Car washed using a 1 bucket method as it is in for full correction and I personally I feel my wash process allows me to do this. Method used
•	Car pre-soaked in citrus degreaser. Then my own blend of citrus prewash snow foam applied and left to dwell. 
•	Car rinsed and refoamed with PH neutral snow foam again using my new snow foam blend.
•	Rinsed then sprayed with Tardis a panel at a time to remove tar. Then rinsed.
•	The car was then jacked up to remove wheels and do arches but the nuts had been tightened using an impact gun and would not budge not even with the breaker bar so to avoid damage I left them on and climbed under to was the back of the wheels. Then washed the wheel arched removed all mud and tar and years of greasy deposits to leave them shiny and new looking
•	Refoamed and washed with my trusty noodle mitt and Megs gold class I my bucket all horizontal panels first then vertical panels starting at the top and working round. Next up door shuts then bumpers washed and finally the side skirts.
•	Next up I retreated the car with tardis and used a foam pad to work any stubborn areas.
•	Refoamed and rewashed to remove all residue.
•	Next was the clay stage. I am using bilt hambre Autoclay. I think this stuff is simply amazing and much better than any other clay I have tried.

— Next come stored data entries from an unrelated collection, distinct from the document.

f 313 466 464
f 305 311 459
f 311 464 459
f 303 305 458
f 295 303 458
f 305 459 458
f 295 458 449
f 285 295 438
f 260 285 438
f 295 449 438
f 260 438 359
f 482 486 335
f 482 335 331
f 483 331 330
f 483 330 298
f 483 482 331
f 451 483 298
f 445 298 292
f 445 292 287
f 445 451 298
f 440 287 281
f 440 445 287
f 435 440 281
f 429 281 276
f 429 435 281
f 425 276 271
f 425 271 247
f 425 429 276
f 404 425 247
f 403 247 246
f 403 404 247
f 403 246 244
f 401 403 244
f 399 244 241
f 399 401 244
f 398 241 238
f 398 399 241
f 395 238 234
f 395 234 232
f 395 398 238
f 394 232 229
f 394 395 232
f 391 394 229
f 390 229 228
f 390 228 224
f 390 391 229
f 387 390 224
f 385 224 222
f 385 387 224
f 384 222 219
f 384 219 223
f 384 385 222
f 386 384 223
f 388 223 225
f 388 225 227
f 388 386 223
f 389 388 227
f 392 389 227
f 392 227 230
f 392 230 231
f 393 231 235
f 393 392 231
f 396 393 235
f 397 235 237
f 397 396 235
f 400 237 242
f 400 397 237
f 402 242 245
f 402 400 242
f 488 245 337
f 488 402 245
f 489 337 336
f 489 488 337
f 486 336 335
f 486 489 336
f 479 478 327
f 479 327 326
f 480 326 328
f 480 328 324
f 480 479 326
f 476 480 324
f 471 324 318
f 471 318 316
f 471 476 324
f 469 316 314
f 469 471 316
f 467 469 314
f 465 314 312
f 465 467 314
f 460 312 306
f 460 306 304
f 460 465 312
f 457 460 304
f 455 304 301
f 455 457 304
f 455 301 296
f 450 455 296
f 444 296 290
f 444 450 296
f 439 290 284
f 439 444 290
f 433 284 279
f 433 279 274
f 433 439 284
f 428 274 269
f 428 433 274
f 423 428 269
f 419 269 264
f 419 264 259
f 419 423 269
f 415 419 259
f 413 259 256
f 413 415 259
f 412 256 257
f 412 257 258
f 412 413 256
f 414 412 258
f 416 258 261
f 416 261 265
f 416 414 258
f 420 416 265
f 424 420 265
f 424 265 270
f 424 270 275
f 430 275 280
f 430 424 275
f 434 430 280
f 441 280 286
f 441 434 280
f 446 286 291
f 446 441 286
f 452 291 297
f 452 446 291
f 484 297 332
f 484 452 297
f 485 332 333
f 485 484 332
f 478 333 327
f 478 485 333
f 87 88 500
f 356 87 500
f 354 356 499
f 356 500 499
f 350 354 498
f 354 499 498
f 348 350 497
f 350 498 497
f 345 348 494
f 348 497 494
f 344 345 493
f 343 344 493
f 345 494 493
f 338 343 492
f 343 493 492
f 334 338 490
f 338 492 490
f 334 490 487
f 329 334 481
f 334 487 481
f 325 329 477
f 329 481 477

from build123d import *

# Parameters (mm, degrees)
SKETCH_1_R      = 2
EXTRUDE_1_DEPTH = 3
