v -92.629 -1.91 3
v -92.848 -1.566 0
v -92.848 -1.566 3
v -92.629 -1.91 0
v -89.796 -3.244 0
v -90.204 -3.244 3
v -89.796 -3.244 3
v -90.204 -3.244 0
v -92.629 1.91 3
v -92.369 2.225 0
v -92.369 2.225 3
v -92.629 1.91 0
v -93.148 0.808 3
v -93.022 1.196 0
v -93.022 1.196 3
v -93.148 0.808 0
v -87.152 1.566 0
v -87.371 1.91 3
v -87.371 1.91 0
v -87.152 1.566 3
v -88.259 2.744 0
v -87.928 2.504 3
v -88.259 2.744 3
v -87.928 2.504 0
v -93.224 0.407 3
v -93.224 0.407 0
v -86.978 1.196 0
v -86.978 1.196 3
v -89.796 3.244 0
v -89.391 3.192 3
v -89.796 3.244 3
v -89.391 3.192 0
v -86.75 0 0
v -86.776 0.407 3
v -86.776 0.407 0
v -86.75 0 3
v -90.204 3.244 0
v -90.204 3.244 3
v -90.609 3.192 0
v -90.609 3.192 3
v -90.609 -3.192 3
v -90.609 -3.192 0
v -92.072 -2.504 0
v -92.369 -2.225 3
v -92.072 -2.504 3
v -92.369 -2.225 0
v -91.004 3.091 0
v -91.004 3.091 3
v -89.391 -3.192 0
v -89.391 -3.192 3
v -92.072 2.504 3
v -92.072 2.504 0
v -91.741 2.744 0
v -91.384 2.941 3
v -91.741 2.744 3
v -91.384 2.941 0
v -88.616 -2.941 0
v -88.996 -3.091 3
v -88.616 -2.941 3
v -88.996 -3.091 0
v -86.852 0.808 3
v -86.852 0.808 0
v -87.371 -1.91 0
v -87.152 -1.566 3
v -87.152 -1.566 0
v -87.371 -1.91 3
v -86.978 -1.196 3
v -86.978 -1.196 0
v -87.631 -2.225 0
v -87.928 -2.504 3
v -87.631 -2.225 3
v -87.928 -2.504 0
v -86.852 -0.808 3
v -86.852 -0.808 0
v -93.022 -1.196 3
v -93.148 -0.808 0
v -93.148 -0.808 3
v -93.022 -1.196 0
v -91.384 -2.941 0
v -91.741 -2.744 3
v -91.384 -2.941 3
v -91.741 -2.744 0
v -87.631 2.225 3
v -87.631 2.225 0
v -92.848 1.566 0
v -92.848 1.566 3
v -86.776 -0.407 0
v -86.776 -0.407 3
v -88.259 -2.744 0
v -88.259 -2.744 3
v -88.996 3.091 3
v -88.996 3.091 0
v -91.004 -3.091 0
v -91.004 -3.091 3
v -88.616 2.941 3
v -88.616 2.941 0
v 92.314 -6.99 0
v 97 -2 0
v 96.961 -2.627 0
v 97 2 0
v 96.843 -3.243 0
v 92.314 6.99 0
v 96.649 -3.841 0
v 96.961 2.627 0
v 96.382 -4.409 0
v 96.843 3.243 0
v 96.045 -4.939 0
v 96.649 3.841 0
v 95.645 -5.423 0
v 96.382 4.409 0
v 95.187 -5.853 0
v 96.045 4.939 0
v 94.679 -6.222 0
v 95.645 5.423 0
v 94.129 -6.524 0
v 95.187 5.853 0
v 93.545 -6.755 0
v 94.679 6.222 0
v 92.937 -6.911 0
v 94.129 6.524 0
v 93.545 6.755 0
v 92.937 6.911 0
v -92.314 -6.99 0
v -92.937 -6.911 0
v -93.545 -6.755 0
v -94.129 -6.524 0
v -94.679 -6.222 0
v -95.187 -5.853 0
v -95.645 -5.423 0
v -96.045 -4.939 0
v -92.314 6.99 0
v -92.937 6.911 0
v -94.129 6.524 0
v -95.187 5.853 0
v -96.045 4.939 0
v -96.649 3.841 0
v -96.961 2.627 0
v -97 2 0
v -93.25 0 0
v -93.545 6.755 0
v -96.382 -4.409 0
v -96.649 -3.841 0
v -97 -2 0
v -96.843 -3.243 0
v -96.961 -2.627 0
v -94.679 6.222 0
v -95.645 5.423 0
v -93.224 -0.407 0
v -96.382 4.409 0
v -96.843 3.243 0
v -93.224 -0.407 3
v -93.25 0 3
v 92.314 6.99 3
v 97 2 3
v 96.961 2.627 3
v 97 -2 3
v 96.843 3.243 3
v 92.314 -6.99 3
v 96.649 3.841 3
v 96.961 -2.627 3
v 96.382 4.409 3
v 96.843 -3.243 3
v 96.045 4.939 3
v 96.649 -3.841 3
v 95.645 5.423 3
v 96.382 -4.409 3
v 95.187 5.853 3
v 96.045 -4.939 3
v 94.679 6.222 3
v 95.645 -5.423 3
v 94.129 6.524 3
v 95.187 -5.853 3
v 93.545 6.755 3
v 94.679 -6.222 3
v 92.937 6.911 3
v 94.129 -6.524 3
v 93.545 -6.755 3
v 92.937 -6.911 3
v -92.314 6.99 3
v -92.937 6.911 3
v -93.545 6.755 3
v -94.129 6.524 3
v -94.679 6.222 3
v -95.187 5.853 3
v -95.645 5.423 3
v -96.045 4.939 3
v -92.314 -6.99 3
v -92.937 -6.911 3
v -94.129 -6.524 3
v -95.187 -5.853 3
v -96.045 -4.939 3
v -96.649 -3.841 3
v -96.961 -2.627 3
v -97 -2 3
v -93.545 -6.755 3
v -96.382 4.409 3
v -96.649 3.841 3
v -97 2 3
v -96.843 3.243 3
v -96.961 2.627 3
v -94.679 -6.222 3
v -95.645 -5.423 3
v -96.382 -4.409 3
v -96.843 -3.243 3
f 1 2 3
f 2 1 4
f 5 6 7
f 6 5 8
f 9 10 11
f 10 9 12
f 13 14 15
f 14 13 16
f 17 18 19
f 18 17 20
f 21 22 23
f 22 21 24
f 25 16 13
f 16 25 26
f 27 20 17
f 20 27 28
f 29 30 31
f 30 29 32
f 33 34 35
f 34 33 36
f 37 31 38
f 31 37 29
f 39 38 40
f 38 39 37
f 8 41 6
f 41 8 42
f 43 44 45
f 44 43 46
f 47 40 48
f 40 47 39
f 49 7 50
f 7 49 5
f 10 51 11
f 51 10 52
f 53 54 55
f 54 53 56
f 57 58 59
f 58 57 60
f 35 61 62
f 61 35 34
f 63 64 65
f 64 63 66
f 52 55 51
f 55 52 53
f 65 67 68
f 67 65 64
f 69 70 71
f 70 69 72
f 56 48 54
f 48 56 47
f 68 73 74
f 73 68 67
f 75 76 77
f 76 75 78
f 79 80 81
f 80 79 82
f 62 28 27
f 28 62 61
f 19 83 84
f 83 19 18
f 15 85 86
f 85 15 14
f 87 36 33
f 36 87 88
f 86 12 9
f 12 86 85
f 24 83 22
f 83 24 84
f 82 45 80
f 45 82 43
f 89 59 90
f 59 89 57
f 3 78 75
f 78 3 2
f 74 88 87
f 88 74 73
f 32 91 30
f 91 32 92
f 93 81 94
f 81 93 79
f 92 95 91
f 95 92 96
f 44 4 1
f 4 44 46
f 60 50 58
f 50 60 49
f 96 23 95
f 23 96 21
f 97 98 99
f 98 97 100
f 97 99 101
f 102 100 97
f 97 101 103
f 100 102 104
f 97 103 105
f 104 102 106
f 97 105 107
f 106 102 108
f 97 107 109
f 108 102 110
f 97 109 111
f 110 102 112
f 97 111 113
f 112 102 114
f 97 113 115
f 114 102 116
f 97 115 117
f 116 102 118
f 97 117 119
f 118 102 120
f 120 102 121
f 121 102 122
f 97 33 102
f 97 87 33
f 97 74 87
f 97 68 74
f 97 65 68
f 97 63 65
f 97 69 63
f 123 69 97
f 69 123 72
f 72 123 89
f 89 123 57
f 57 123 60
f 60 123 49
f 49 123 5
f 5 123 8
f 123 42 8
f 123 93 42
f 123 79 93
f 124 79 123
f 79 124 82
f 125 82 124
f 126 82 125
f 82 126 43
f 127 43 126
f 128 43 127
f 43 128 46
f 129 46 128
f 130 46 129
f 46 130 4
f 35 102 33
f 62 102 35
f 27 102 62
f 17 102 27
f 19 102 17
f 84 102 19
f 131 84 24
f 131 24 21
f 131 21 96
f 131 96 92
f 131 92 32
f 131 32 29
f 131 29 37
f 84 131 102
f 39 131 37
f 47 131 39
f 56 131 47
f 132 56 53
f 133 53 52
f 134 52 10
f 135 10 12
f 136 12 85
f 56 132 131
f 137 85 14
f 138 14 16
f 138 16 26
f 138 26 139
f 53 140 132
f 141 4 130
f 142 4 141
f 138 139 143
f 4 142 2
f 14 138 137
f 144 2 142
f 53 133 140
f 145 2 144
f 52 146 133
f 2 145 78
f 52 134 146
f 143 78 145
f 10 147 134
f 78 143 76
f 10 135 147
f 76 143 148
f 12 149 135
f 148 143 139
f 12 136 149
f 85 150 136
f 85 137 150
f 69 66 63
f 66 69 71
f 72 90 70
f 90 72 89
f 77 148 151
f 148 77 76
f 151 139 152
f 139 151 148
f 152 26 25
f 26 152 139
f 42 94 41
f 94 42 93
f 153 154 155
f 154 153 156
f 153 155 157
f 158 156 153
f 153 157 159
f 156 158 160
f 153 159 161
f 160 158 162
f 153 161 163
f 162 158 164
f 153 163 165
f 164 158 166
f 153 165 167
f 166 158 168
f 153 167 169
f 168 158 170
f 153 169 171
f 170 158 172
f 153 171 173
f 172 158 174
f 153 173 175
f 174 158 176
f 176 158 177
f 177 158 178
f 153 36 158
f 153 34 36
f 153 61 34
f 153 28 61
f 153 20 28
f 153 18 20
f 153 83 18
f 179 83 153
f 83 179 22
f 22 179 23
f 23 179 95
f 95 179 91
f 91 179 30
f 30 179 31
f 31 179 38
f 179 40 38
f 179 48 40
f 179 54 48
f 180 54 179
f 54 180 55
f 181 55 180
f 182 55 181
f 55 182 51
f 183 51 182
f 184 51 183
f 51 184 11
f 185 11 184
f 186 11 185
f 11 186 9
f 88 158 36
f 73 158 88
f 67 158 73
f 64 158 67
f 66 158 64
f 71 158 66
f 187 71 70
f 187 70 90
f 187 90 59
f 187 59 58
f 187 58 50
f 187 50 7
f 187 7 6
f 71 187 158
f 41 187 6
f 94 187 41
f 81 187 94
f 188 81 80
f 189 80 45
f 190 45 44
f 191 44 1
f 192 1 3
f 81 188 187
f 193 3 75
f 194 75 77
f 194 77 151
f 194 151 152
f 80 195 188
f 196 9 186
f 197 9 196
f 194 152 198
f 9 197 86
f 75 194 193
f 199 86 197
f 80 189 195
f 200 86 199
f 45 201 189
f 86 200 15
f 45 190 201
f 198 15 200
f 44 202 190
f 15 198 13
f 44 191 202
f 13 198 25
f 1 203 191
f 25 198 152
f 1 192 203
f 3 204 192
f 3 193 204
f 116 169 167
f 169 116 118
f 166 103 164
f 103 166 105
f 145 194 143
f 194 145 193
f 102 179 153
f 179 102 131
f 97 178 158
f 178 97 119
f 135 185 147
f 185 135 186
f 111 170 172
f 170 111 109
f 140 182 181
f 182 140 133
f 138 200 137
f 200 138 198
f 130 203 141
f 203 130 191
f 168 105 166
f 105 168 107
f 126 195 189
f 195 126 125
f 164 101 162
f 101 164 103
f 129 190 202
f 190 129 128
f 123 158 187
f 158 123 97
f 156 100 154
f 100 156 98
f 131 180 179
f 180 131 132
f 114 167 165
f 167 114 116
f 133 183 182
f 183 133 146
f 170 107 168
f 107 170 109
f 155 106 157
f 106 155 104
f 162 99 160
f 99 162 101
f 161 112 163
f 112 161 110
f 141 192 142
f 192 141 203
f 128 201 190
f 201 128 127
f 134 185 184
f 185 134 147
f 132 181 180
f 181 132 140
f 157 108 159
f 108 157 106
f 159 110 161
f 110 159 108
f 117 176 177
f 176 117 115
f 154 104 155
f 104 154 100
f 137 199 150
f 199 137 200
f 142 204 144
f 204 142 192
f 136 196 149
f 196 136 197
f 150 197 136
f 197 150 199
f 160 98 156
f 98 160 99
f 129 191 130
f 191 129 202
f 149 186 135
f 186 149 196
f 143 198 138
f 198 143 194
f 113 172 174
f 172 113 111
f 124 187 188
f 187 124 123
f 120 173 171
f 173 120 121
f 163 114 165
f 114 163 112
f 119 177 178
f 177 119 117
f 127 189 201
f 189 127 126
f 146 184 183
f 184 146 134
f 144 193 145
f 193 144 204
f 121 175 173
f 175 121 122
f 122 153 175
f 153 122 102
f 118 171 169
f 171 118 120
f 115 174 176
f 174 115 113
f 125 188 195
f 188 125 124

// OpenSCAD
$fn = 50;


difference() {
	union() {
		hull() {
			translate(v = [-92.0000000000, 2.0000000000, 0]) {
				cylinder(h = 3, r = 5);
			}
			translate(v = [92.0000000000, 2.0000000000, 0]) {
				cylinder(h = 3, r = 5);
			}
			translate(v = [-92.0000000000, -2.0000000000, 0]) {
				cylinder(h = 3, r = 5);
			}
			translate(v = [92.0000000000, -2.0000000000, 0]) {
				cylinder(h = 3, r = 5);
			}
		}
	}
	union() {
		translate(v = [-90.0000000000, 0.0000000000, 0]) {
			cylinder(h = 3, r = 3.2500000000);
		}
		translate(v = [-90.0000000000, 0.0000000000, 0]) {
			cylinder(h = 3, r = 1.8000000000);
		}
		translate(v = [-90.0000000000, 0.0000000000, 0]) {
			cylinder(h = 3, r = 1.8000000000);
		}
		translate(v = [-90.0000000000, 0.0000000000, 0]) {
			cylinder(h = 3, r = 1.8000000000);
		}
	}
}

After claying the car was relatively free from contamination which makes a nice change.

The car was given one final wash to remove all remaining crud. The car was then pulled into the garage and dried off ready for initial inspection.

A few process pics:
































































Stage 2 Assessing the "damage" and highlighting areas of concern.

The paint was fully measured with an average thickness of 160microns. However the bumpers wings and boot have all seen paint. The wings have bad orange peel from the repaint but also have rust blistering so full correction is not going to be possible so a happy medium and a lot of water will be needed to keep things cool.

RDS RDS RDS did I mention RDS!!!! This car is virtually covered in hundreds of deep marks so this is going to be fun. Also there was some rust blistering on the front wings and a few scrapes as well.














































Stage 3 Taping up and correction.

I tried several combinations but settled for

•	Gloss-it Yellow polishing pad with 3M Fast Cut Plus 2 pea sized blobs.
The reason for this was to allow me to cut through the minor defects leaving the major ones to allow me to then concentrate on them rather than just a general paint thickness reduction exercise.
•	For the more damaged panels I used a Reflection Perfection Compounding pad with 3M Fast Cut Plus 2 pea sized blobs. Initally Refined to remove work marks with Menz 85RD on a Gloss-it Yellow. pad

My routine for correction was:
•	Spread at 600rpm 
•	Begin working at 1200rpm, light pressure to get residue evenly spread to start correction.
•	Work at 2000-2100rpm, medium pressure working up to heavy pressure towards the end.
•	As residue began to go clear, reduce pressure for a couple of final passes at 2000rpm. 
•	Reduce speed to 1200rpm.
In process pics.

Boot lid:



























Silicone spotting from a poor respray.






















































Badge removed as it was starting to peel off









Badge had not been removed for respray leaving a voided area in the paint.









Finished









Front D/S wing:
The wing was corrected in 2 sections; the rear section was given a mild sanding to reduce the orange peel from a poor repaint. I was unable to remove it due to the rust on the front of the wing so took it to a level that I could carry out over the whole panel.



















Rear section corrected.









Panel paint thickness









Over rusted area. Care is needed not to heat up this area causing more paint damage!!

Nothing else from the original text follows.